I try to be economical when writing code; for example, I tend to use single quotes over double quotes for characters because it saves me one keystroke. One area where I don’t do that is when typing TRUE and FALSE (R accepts T and F as well), just because it is clearer to see in code and syntax highlighting kicks in. That’s why I was surprised to read Jason Morgan’s post in that it is possible to redefine T and F and get undesirable behavior.
Playing around it is quite easy to redefine other fundamental constants in R. For example, I posted in Twitter:
> pi  3.141593 > pi <- 2 > pi*2  4
Ouch, dangerous! I tend to muck around with matrices quite a bit and, being a friend of parsimony, I often use capital letters to represent them. This would have eventually bitten me if I had used the abbreviated TRUE and FALSE. As Kevin Ushey replied to my tweet, one can redefine even basic functions like ‘+’ and be pure evil; over the top, sure, but possible.
9 responses to “R pitfalls #4: redefining the basics”
I was doing some Tukeys HSD results and innocently decided to call my vector letters, then wondered why my vector was 26 characters long rather than the 6 it should have been. Guess where R stores its alphabet! Easily done!
R is a very large language with lots of reserved (although redefinable) keywords. It pays to pay attention all the time.
It certainly does. I always check to make sure that i get what i wanted (which is how i discovered the letters reservation)
Yeah,well, this is true in pretty much every language out there. Heck, I knew folks who thought it was funny to add this line to their coworkers’ .login file: “alias ls=logout” .
I doubt that someone would change “pi”, but T and F might change by accidental reassignment.
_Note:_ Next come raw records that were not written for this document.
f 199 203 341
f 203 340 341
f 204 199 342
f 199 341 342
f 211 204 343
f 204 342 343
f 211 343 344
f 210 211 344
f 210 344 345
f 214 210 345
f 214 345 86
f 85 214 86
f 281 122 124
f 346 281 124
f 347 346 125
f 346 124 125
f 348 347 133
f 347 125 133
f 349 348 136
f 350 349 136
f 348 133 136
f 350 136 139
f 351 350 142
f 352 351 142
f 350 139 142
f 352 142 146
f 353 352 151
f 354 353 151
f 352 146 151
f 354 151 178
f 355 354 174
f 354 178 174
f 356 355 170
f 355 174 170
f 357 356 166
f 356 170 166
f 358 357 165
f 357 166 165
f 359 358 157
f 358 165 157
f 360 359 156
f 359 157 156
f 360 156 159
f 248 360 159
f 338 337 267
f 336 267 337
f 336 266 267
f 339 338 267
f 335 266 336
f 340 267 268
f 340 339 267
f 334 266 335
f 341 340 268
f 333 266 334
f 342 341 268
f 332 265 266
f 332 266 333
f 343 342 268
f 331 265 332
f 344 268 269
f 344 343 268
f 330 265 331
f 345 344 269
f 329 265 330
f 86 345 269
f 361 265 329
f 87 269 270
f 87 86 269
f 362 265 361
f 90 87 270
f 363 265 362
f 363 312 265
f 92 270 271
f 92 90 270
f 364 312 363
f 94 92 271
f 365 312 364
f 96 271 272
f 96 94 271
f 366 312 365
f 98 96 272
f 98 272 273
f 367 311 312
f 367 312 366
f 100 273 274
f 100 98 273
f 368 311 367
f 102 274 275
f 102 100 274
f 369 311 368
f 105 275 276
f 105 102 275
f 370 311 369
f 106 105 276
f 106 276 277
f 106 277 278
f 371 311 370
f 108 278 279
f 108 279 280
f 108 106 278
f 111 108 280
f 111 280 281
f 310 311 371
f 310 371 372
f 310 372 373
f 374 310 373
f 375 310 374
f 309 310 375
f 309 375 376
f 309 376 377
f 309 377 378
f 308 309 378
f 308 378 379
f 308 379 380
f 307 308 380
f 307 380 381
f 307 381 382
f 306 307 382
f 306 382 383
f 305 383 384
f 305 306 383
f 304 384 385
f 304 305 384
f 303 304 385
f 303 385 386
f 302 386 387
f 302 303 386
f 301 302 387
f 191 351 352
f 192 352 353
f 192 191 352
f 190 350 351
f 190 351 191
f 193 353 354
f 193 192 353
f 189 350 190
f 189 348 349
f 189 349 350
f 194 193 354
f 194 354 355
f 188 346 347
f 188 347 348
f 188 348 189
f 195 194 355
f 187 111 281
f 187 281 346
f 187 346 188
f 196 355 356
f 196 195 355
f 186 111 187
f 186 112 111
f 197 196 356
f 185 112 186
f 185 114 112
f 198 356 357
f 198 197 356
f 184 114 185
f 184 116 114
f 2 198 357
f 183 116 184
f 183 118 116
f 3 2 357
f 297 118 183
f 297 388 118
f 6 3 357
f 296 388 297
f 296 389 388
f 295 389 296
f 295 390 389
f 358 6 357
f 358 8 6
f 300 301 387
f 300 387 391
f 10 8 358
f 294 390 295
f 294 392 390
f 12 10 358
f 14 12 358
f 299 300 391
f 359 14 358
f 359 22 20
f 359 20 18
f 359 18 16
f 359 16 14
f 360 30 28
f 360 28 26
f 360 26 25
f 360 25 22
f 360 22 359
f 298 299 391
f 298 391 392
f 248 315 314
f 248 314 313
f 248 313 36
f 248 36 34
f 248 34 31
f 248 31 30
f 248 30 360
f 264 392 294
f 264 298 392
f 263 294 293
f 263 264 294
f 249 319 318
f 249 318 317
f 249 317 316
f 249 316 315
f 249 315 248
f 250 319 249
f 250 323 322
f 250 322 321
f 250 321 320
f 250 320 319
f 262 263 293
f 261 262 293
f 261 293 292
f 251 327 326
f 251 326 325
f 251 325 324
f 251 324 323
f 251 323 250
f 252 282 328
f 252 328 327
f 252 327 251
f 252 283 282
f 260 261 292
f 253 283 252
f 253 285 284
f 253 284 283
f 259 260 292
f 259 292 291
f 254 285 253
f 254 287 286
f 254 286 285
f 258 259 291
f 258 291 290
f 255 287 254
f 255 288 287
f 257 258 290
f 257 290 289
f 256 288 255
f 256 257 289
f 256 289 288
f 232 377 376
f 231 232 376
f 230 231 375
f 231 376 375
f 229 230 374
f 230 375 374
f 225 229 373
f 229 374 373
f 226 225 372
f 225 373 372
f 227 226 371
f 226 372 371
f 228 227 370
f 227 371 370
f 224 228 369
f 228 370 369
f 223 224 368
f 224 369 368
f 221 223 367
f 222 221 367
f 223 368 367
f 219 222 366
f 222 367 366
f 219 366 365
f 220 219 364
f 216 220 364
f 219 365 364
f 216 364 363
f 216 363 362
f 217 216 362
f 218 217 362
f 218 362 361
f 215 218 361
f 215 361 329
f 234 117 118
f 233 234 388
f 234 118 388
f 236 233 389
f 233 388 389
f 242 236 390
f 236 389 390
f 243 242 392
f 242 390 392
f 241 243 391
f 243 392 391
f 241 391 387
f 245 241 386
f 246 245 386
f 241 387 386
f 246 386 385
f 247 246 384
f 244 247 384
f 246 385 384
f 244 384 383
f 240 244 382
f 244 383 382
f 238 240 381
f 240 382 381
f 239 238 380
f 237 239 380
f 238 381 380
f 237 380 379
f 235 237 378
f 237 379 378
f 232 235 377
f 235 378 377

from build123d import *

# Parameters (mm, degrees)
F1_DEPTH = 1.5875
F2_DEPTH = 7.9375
Running some error checking on at least the most common possibilities might be of use. I guess, though that these statements would have to come at the end of your script to make sure nothing was overwritten. Something along the lines of:
if (!identical(T, TRUE)) stop("'T' has been reassigned to ", T)
I doubt that someone would do it on purpose, but I can think of a number of acronyms related to my area of work for which it would make sense to use pi as a variable name.
I’ve had some nasty bugs due to redefining T to a transition matrix in my early days of R programming; I was pretty annoyed when I found out the language would let me do something so dangerous.
One redefinition in R is very useful for cross-platform work, e.g. when you are developing a script on a Mac but someone else will also be using it on Windows. This allows all the calls to quartz() to open a new graph window to still function on Windows (and could be easily swapped to go the other way):
# when collaborating, need to swap windows() vs quartz() calls. This does that nicely:
# (courtesy of https://stat.ethz.ch/pipermail/r-help/2008-December/181899.html)
That’s handy indeed.